*** Data extract Section Begins ***

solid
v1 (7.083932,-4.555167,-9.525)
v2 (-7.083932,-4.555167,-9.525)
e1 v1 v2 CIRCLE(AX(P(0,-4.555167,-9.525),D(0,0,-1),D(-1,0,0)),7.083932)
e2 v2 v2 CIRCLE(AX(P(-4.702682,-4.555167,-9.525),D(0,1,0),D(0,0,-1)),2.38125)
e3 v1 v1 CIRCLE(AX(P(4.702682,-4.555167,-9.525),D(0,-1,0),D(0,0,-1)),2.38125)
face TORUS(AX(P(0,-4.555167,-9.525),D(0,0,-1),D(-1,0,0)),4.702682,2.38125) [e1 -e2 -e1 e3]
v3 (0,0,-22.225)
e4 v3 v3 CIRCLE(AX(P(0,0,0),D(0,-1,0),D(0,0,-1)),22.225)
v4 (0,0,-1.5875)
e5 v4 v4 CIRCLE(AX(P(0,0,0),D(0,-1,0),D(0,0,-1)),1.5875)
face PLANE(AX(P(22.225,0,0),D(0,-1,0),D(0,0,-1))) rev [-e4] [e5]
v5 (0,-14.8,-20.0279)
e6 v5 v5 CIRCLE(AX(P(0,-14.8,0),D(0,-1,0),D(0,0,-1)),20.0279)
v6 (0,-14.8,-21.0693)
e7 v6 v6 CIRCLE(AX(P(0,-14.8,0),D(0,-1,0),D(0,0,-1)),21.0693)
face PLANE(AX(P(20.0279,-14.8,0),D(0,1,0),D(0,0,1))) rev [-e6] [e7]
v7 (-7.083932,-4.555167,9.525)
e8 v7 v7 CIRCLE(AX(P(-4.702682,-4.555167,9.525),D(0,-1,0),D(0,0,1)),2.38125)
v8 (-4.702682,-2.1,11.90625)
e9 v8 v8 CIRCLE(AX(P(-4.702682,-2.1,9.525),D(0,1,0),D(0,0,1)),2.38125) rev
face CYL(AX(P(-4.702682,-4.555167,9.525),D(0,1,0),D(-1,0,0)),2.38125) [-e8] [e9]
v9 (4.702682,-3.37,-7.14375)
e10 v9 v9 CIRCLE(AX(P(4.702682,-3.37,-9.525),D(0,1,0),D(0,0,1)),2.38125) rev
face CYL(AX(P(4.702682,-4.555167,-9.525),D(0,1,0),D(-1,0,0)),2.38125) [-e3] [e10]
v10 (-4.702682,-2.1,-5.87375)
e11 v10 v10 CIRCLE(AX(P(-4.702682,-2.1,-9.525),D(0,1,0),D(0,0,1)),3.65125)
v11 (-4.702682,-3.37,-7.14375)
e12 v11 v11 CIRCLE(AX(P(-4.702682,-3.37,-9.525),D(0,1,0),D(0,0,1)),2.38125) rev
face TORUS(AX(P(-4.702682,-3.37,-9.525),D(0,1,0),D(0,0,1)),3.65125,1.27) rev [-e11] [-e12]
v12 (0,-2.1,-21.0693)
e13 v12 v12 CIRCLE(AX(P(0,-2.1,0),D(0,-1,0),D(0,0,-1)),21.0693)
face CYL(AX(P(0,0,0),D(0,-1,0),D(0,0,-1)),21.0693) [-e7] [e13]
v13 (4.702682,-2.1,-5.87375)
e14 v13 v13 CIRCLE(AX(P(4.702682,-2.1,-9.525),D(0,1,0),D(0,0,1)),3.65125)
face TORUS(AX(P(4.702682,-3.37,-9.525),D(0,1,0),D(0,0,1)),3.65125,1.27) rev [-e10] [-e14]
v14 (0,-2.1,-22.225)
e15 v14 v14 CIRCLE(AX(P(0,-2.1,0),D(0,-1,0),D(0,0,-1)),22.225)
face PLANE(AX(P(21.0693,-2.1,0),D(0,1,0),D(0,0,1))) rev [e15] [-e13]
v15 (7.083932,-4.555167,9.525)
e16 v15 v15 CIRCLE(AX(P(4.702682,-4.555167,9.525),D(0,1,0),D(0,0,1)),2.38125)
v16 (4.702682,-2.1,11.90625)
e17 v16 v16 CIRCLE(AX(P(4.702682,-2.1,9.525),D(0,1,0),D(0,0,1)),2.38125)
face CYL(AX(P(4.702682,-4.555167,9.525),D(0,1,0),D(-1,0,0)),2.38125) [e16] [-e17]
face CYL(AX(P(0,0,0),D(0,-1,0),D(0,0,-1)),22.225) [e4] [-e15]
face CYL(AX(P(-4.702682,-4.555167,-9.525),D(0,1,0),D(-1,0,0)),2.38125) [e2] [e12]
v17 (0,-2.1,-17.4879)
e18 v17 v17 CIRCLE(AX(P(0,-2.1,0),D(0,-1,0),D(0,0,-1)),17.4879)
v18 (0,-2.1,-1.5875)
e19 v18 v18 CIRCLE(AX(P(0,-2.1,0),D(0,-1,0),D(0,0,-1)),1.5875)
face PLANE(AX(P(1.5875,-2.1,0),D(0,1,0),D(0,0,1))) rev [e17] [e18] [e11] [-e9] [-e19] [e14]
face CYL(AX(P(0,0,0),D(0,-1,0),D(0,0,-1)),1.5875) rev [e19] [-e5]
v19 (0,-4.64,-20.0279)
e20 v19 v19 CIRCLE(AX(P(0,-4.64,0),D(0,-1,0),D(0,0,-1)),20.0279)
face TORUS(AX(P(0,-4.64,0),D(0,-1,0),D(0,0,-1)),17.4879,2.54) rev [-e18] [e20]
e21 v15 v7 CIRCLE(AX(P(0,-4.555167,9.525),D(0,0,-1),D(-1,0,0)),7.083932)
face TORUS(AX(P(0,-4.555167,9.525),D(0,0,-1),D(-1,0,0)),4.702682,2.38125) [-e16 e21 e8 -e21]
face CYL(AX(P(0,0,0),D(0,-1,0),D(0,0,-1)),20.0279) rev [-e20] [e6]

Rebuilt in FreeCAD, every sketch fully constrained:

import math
import FreeCAD as App
import Part
import Sketcher

V = App.Vector
Q = App.Units.Quantity


def edges_at(feature, points):
    """Names of the edges that pass closest to the given points."""
    edges = feature.Shape.Edges
    near = lambda p: min(range(len(edges)), key=lambda i: edges[i].distToShape(Part.Vertex(*p))[0])
    return sorted({f"Edge{near(p) + 1}" for p in points})

doc = App.newDocument("Part")
body = doc.addObject("PartDesign::Body", "Body")

sketch1 = doc.addObject("Sketcher::SketchObject", "Sketch")
body.addObject(sketch1)
sketch1.AttachmentSupport = (doc.XY_Plane, [""])
sketch1.MapMode = "FlatFace"
sketch1.addGeometry(Part.LineSegment(V(-21.1, -2.1, 0), V(-21.1, -14.8, 0)), False)
sketch1.addGeometry(Part.LineSegment(V(-21.1, -14.8, 0), V(-20, -14.8, 0)), False)
sketch1.addGeometry(Part.LineSegment(V(-20, -14.8, 0), V(-20, -4.6, 0)), False)
sketch1.addGeometry(Part.ArcOfCircle(Part.Circle(V(-17.5, -4.6, 0), V(0, 0, 1), 2.5), math.radians(90), math.radians(180)), False)
sketch1.addGeometry(Part.LineSegment(V(-17.5, -2.1, 0), V(-1.6, -2.1, 0)), False)
sketch1.addGeometry(Part.LineSegment(V(-1.6, -2.1, 0), V(-1.6, 0, 0)), False)
sketch1.addGeometry(Part.LineSegment(V(-1.6, 0, 0), V(-22.2, 0, 0)), False)
sketch1.addGeometry(Part.LineSegment(V(-22.2, 0, 0), V(-22.2, -2.1, 0)), False)
sketch1.addGeometry(Part.LineSegment(V(-22.2, -2.1, 0), V(-21.1, -2.1, 0)), False)
sketch1.addConstraint(Sketcher.Constraint("Coincident", 0, 2, 1, 1))
sketch1.addConstraint(Sketcher.Constraint("Coincident", 1, 2, 2, 1))
sketch1.addConstraint(Sketcher.Constraint("Tangent", 2, 2, 3, 2))
sketch1.addConstraint(Sketcher.Constraint("Tangent", 3, 1, 4, 1))
sketch1.addConstraint(Sketcher.Constraint("Coincident", 4, 2, 5, 1))
sketch1.addConstraint(Sketcher.Constraint("Coincident", 5, 2, 6, 1))
sketch1.addConstraint(Sketcher.Constraint("Coincident", 6, 2, 7, 1))
sketch1.addConstraint(Sketcher.Constraint("Coincident", 7, 2, 8, 1))
sketch1.addConstraint(Sketcher.Constraint("Coincident", 8, 2, 0, 1))
sketch1.addConstraint(Sketcher.Constraint("Vertical", 0))
sketch1.addConstraint(Sketcher.Constraint("Horizontal", 1))
sketch1.addConstraint(Sketcher.Constraint("Vertical", 2))
sketch1.addConstraint(Sketcher.Constraint("Horizontal", 4))
sketch1.addConstraint(Sketcher.Constraint("Vertical", 5))
sketch1.addConstraint(Sketcher.Constraint("Horizontal", 6))
sketch1.addConstraint(Sketcher.Constraint("Vertical", 7))
sketch1.addConstraint(Sketcher.Constraint("Horizontal", 8))
sketch1.addConstraint(Sketcher.Constraint("PointOnObject", 5, 2, -1))
sketch1.addConstraint(Sketcher.Constraint("Horizontal", 4, 2, 7, 2))
sketch1.addConstraint(Sketcher.Constraint("Radius", 3, Q("0.1 in")))
sketch1.addConstraint(Sketcher.Constraint("DistanceY", 0, 2, 0, 1, Q("0.5 in")))
sketch1.addConstraint(Sketcher.Constraint("DistanceX", 1, 1, 1, 2, Q("0.041 in")))
sketch1.addConstraint(Sketcher.Constraint("DistanceX", 4, 1, 4, 2, Q("0.626 in")))
sketch1.addConstraint(Sketcher.Constraint("DistanceX", 6, 2, 6, 1, Q("0.8125 in")))
sketch1.addConstraint(Sketcher.Constraint("DistanceX", 4, 2, -1, 1, Q("0.0625 in")))
sketch1.addConstraint(Sketcher.Constraint("DistanceY", 5, 1, 5, 2, Q("2.1 mm")))
revolution = doc.addObject("PartDesign::Revolution", "Revolution")
body.addObject(revolution)
revolution.Profile = sketch1
revolution.ReferenceAxis = (sketch1, ["V_Axis"])
revolution.Angle = 360

sketch2 = doc.addObject("Sketcher::SketchObject", "Sketch001")
body.addObject(sketch2)
sketch2.AttachmentSupport = (doc.XZ_Plane, [""])
sketch2.MapMode = "FlatFace"
sketch2.AttachmentOffset = App.Placement(V(0, 0, 2.1), App.Rotation())
sketch2.addGeometry(Part.Circle(V(4.7, -9.5, 0), V(0, 0, 1), 2.4), False)
sketch2.addConstraint(Sketcher.Constraint("Diameter", 0, Q("0.1875 in")))
sketch2.addConstraint(Sketcher.Constraint("DistanceY", 0, 3, -1, 1, Q("0.375 in")))
sketch2.addConstraint(Sketcher.Constraint("DistanceX", -1, 1, 0, 3, Q("4.702682 mm")))

sketch3 = doc.addObject("Sketcher::SketchObject", "Sketch002")
body.addObject(sketch3)
sketch3.AttachmentSupport = (doc.XY_Plane, [""])
sketch3.MapMode = "FlatFace"
sketch3.AttachmentOffset = App.Placement(V(0, 0, -0.375 * 25.4), App.Rotation())
sketch3.addGeometry(Part.LineSegment(V(-1.6, -2.1, 0), V(-1.6, -4.6, 0)), False)
sketch3.addGeometry(Part.ArcOfCircle(Part.Circle(V(0, -4.6, 0), V(0, 0, 1), 1.6), math.radians(180), math.radians(360)), False)
sketch3.addGeometry(Part.LineSegment(V(1.6, -4.6, 0), V(1.6, -2.1, 0)), False)
sketch3.addConstraint(Sketcher.Constraint("Tangent", 0, 2, 1, 1))
sketch3.addConstraint(Sketcher.Constraint("Tangent", 1, 2, 2, 1))
sketch3.addConstraint(Sketcher.Constraint("Vertical", 0))
sketch3.addConstraint(Sketcher.Constraint("Vertical", 2))
sketch3.addConstraint(Sketcher.Constraint("Symmetric", 0, 1, 2, 2, -2))
sketch3.addConstraint(Sketcher.Constraint("Radius", 1, Q("0.0625 in")))
sketch3.addConstraint(Sketcher.Constraint("DistanceY", 0, 1, -1, 1, Q("2.1 mm")))
sketch3.addConstraint(Sketcher.Constraint("DistanceY", 0, 2, 0, 1, Q("2.455167 mm")))
doc.recompute()

additivepipe = doc.addObject("PartDesign::AdditivePipe", "AdditivePipe")
body.addObject(additivepipe)
additivepipe.Profile = sketch2
additivepipe.Spine = (sketch3, ["Edge1", "Edge2", "Edge3"])
doc.recompute()

fillet = doc.addObject("PartDesign::Fillet", "Fillet")
body.addObject(fillet)
fillet.Base = (additivepipe, edges_at(additivepipe, [(2.321, -2.1, -9.525), (-2.321, -2.1, -9.525)]))
fillet.Radius = Q("0.05 in")
doc.recompute()

mirrored = doc.addObject("PartDesign::Mirrored", "Mirrored")
body.addObject(mirrored)
mirrored.Originals = [additivepipe]
mirrored.MirrorPlane = (doc.XY_Plane, [""])
body.Tip = mirrored

doc.recompute()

*** Data extract Section Ends ***

# Activity
From the first line of the data above to the line containing "v7 (-7.083932,-4.555167,9.525)", repeat everything exactly and add nothing.

# Answer for this exercise
solid
v1 (7.083932,-4.555167,-9.525)
v2 (-7.083932,-4.555167,-9.525)
e1 v1 v2 CIRCLE(AX(P(0,-4.555167,-9.525),D(0,0,-1),D(-1,0,0)),7.083932)
e2 v2 v2 CIRCLE(AX(P(-4.702682,-4.555167,-9.525),D(0,1,0),D(0,0,-1)),2.38125)
e3 v1 v1 CIRCLE(AX(P(4.702682,-4.555167,-9.525),D(0,-1,0),D(0,0,-1)),2.38125)
face TORUS(AX(P(0,-4.555167,-9.525),D(0,0,-1),D(-1,0,0)),4.702682,2.38125) [e1 -e2 -e1 e3]
v3 (0,0,-22.225)
e4 v3 v3 CIRCLE(AX(P(0,0,0),D(0,-1,0),D(0,0,-1)),22.225)
v4 (0,0,-1.5875)
e5 v4 v4 CIRCLE(AX(P(0,0,0),D(0,-1,0),D(0,0,-1)),1.5875)
face PLANE(AX(P(22.225,0,0),D(0,-1,0),D(0,0,-1))) rev [-e4] [e5]
v5 (0,-14.8,-20.0279)
e6 v5 v5 CIRCLE(AX(P(0,-14.8,0),D(0,-1,0),D(0,0,-1)),20.0279)
v6 (0,-14.8,-21.0693)
e7 v6 v6 CIRCLE(AX(P(0,-14.8,0),D(0,-1,0),D(0,0,-1)),21.0693)
face PLANE(AX(P(20.0279,-14.8,0),D(0,1,0),D(0,0,1))) rev [-e6] [e7]
v7 (-7.083932,-4.555167,9.525)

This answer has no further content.